Monday, 5 March 2018

Trump This!


by 

In Trump in the White House: Tragedy and Farce (Monthly Review Press, 2017), John Bellamy Foster contextualizes the conditions that gave rise to the 45th US president. The author’s thesis is that this billionaire chief executive arrived after four decades of income and wealth shifting from the bottom and middle to the top.
An economy of, by and for a tiny elite spawns a particular polity. This system destroys the lives of ordinary people.
Stable employment is vanishing. Americans are livid.
Trump gets it. Thus, he panders to white discontent, openly accepting Klansmen in Charlottesville while scapegoating Mexicans and Muslims.
Trump bashes the establishment. He also represents capital, with the GOP tax cuts a case in point.
Trump did not invent divide and rule, a tried-and-true politics of managing working-class discontent. Foster discusses Trump’s politics in light of historical fascism, a response to a crisis of capital accumulation in the 1930s.
Foster, editor of Monthly Review, a US-based socialist publication, unpacks this relevant and significant history. In part, he examines the thinking of Italian fascist Julius Evola, which echoes in current figures such as Steve Bannon.
Foster sees such a trend of capitalism and fascism in terms of class struggle. It is the rule for the capitalist economy and polity, which booms and busts when too much capital concentrates in too few hands.
“What paved the way for Trump’s neo-fascist strategy and gave it coherence was the deepening long-term crisis of US political economy and empire, and of the entire world capitalist economy, after the financial crisis of 2007-09,” Foster writes.
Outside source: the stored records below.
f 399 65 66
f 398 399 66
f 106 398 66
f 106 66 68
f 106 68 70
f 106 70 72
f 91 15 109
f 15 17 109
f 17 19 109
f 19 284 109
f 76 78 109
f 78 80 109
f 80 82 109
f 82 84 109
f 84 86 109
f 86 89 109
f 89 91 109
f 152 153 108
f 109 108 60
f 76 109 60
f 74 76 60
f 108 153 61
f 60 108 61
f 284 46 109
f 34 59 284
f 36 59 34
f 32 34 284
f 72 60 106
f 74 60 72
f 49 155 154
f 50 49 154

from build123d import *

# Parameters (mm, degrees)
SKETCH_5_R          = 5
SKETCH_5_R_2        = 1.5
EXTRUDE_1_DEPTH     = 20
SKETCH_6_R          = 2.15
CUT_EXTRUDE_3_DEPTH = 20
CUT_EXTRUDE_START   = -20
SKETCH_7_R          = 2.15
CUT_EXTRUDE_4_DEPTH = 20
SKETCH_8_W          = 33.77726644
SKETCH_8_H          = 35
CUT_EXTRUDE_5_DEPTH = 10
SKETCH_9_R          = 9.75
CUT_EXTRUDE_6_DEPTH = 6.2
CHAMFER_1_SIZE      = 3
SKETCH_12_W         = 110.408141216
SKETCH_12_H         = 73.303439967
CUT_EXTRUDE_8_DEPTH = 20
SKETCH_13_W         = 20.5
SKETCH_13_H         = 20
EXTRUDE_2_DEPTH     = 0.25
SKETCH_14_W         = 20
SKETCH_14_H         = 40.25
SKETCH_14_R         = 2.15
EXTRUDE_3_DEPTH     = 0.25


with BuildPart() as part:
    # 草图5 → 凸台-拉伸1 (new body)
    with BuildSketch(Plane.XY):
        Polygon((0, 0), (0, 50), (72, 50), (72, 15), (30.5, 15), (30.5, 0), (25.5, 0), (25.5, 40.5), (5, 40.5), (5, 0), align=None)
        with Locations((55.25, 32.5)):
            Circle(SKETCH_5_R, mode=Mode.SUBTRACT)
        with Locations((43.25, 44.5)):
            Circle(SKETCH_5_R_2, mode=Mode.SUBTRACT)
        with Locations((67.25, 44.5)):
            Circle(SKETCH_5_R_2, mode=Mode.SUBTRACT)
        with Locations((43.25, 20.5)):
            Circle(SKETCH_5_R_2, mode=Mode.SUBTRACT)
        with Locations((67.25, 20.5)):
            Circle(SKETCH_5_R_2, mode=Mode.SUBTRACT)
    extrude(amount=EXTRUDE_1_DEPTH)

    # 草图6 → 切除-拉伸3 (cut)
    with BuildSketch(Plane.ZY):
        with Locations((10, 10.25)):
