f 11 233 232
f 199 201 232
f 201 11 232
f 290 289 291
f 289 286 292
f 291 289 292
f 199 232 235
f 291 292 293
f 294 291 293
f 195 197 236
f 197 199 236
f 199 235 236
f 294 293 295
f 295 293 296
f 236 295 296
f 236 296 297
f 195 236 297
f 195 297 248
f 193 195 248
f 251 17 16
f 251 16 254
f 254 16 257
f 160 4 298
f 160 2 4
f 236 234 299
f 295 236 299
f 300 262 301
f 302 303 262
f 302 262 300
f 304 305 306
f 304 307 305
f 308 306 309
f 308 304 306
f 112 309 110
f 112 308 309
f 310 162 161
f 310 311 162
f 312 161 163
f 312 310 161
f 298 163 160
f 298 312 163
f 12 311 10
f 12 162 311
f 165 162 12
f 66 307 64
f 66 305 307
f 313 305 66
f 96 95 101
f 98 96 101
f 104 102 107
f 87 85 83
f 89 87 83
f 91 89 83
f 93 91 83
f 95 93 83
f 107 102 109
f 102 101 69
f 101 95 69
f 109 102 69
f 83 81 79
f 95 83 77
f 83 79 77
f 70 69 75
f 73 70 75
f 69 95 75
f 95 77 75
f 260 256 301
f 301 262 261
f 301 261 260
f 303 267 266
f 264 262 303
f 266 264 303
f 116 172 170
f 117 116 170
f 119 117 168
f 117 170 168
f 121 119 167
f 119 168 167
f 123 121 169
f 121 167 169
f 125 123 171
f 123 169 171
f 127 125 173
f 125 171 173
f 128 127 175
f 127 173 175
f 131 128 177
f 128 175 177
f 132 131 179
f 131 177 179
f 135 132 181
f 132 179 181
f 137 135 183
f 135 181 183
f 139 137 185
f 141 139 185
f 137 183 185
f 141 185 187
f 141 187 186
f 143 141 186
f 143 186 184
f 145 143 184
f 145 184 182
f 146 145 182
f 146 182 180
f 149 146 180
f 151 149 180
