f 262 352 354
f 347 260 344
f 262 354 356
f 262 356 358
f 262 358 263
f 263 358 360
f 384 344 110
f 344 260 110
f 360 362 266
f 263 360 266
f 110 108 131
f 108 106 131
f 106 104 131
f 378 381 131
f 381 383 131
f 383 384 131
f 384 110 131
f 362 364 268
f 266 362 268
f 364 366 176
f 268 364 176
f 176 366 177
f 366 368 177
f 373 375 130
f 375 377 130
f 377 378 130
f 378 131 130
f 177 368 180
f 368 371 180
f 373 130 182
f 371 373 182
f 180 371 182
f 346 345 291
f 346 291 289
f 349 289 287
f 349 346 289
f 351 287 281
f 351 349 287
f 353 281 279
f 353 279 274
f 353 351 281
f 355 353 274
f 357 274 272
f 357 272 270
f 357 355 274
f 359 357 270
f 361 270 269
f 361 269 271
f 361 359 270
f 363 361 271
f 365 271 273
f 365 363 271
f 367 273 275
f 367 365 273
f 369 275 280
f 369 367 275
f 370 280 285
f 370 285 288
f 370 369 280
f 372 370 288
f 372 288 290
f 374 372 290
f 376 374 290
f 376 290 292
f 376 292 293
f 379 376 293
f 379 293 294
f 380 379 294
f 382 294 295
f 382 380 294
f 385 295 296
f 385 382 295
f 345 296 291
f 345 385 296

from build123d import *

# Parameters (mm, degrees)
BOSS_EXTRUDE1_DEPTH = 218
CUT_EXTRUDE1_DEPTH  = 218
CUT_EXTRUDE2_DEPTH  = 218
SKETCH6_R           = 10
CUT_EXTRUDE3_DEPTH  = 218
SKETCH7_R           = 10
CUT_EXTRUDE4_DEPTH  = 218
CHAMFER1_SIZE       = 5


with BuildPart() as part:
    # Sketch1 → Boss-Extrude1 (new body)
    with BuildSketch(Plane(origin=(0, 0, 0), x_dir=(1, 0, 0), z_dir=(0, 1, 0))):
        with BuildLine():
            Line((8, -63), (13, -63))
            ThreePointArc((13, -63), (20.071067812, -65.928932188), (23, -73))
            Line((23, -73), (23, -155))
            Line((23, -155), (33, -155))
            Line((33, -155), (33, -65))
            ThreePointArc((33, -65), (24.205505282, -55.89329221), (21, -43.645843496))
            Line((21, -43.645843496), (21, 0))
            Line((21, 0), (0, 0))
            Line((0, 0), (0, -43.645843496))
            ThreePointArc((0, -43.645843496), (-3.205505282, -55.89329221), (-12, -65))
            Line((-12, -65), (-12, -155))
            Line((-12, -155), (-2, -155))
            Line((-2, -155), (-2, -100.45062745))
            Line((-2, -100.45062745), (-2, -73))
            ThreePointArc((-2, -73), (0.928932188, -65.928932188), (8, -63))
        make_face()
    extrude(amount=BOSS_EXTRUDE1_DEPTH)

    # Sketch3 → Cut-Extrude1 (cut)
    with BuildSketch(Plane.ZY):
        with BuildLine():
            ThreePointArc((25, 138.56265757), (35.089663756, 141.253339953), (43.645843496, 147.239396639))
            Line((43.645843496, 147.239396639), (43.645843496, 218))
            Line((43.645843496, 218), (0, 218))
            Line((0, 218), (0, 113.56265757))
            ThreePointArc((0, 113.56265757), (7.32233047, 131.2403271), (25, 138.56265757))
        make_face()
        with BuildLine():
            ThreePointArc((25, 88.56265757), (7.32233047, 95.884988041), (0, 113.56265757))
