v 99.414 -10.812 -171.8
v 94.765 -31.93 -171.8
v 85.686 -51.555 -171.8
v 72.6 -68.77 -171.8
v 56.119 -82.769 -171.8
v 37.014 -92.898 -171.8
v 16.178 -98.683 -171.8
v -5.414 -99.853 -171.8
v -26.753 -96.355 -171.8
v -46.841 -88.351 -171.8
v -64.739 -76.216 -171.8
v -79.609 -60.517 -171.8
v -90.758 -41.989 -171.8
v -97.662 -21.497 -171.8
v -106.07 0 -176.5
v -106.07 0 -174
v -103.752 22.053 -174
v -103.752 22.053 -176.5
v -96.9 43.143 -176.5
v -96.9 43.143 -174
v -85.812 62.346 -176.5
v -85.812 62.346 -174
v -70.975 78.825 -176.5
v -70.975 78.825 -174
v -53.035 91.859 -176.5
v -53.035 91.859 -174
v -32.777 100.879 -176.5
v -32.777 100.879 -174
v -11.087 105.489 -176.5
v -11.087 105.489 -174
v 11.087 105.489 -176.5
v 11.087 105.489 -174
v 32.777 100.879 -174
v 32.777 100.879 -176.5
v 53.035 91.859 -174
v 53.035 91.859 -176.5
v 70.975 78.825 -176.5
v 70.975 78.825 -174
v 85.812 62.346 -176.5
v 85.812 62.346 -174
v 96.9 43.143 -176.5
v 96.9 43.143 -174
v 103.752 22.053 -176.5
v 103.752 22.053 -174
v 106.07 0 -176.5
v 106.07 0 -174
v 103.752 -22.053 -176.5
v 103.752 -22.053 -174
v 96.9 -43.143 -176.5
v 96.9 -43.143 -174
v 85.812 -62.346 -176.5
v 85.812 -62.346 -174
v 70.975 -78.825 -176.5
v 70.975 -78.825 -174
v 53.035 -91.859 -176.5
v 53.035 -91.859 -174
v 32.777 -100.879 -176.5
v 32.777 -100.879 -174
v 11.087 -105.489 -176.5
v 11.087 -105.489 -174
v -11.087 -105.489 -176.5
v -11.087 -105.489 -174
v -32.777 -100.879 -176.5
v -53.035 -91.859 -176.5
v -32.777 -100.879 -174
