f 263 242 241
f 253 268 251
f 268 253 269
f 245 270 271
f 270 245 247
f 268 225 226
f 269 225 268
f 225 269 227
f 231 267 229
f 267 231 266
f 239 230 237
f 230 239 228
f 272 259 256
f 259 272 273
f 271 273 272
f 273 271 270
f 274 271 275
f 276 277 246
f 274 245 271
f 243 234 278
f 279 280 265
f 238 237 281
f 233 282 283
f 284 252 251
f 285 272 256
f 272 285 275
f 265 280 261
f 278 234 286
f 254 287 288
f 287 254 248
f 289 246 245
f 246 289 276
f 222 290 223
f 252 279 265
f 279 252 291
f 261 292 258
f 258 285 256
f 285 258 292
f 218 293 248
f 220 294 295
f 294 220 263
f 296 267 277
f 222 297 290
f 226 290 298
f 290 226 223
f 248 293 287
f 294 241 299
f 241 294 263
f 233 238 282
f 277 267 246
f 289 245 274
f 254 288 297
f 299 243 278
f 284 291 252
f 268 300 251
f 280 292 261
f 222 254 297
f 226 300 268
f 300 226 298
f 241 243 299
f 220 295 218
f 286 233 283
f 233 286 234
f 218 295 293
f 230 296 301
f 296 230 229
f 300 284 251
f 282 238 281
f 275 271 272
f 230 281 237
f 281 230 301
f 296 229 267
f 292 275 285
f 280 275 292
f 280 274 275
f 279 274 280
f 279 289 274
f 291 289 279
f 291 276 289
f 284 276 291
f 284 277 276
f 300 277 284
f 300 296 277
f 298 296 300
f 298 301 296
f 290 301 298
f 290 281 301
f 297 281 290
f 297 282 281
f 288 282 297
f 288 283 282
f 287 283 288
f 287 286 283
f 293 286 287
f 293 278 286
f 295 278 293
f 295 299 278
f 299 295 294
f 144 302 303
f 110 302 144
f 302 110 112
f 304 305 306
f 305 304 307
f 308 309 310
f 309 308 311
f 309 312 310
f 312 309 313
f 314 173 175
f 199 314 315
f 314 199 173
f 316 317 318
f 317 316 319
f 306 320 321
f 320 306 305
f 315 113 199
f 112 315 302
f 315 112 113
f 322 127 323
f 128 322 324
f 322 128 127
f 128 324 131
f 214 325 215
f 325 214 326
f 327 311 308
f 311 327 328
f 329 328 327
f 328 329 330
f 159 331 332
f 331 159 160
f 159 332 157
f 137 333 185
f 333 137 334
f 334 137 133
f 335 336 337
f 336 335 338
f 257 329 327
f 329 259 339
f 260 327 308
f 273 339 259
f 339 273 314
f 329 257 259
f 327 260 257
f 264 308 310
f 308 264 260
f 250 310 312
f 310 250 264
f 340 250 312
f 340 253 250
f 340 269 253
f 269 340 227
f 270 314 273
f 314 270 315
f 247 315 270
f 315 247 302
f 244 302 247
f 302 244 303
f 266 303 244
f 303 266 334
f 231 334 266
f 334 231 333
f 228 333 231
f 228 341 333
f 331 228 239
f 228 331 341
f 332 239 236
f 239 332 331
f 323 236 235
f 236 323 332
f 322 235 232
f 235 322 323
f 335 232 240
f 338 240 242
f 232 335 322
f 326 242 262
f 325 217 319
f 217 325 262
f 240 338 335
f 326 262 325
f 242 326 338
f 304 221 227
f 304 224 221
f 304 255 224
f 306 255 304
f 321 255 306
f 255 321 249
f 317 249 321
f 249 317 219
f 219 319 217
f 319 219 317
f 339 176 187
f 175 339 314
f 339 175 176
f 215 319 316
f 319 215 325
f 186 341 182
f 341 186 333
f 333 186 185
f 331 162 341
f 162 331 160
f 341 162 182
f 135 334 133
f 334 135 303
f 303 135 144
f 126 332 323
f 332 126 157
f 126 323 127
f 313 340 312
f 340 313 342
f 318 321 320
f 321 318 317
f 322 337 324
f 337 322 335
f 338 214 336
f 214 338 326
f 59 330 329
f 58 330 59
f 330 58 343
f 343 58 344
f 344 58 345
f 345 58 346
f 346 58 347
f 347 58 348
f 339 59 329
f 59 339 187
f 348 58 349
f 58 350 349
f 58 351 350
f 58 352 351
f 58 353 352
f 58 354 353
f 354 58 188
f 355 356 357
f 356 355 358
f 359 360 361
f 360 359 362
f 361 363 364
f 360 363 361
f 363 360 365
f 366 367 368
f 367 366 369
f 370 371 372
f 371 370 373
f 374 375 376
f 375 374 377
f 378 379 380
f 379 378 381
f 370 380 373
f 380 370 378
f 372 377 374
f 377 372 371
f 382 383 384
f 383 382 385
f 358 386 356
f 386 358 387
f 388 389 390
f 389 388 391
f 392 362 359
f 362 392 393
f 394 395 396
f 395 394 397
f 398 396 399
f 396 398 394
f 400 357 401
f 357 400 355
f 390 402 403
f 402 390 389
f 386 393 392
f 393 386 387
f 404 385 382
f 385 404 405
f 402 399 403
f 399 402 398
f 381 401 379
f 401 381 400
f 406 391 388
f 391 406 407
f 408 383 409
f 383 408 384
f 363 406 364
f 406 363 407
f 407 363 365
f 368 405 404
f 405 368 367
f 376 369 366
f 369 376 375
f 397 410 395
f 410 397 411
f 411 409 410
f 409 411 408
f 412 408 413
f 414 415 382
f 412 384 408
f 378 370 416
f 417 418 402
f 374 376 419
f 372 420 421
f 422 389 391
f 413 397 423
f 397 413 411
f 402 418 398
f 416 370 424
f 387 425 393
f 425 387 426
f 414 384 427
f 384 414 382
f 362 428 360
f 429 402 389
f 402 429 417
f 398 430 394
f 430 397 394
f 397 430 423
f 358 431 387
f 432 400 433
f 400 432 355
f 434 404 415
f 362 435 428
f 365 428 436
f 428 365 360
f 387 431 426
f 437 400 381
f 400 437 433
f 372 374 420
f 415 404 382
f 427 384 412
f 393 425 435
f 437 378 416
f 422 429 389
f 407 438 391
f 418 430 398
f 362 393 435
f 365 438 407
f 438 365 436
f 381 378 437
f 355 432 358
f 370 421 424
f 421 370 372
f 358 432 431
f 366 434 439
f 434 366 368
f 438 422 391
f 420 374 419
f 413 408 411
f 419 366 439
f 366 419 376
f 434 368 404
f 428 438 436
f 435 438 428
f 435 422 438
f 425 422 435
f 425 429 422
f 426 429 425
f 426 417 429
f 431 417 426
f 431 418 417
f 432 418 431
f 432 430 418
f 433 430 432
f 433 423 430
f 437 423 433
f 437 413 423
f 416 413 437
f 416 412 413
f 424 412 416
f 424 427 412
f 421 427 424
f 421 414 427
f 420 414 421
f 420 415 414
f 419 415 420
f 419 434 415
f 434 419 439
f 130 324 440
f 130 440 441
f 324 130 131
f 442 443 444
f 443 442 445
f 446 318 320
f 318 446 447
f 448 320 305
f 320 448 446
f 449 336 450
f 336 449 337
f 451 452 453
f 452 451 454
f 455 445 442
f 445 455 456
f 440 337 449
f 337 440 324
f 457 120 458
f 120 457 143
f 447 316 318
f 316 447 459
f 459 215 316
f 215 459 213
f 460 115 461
Crucially, neoliberalism, a bipartisan politics of the one percent against everyone else, undermining New Deal and Great Society policies, created the social conditions for Trump’s rise.
Some might argue with the prefix “neo” in the current political landscape stateside and in Europe, Italy, the Netherlands, UK and Sweden. In America, others might opt for neo-Confederate, as the enslavement of Africans plays a central role in the nation’s history.
Case in point is Trump’s promise to “Make America Great Again.” Such dog-whistle politics get traction in the US.
Foster’s first and longest section is “Neo-Fascism in the White House.” We read of fascism’s history, e.g., its 20th century evolution and current echoes. For instance, Trump’s nationalism and racism remind us of Nazi ideology.
Ward Churchill, the American Indian Movement activist-intellectual, calls out Germany Nazism as akin to the Euro-American practice and theory of land theft and murder of indigenous people in the US. Fascism did not fall from the sky in the 1930s.
In addition, Foster historically situates Trump’s bid to cow the judiciary and press into following his lead to Nazi efforts to do likewise. Germany and the US are not the same, though.
In 2018, neo-fascism occurs during a US decline as world hegemon. This process makes the American military a growing threat to the survival of humanity, Foster writes.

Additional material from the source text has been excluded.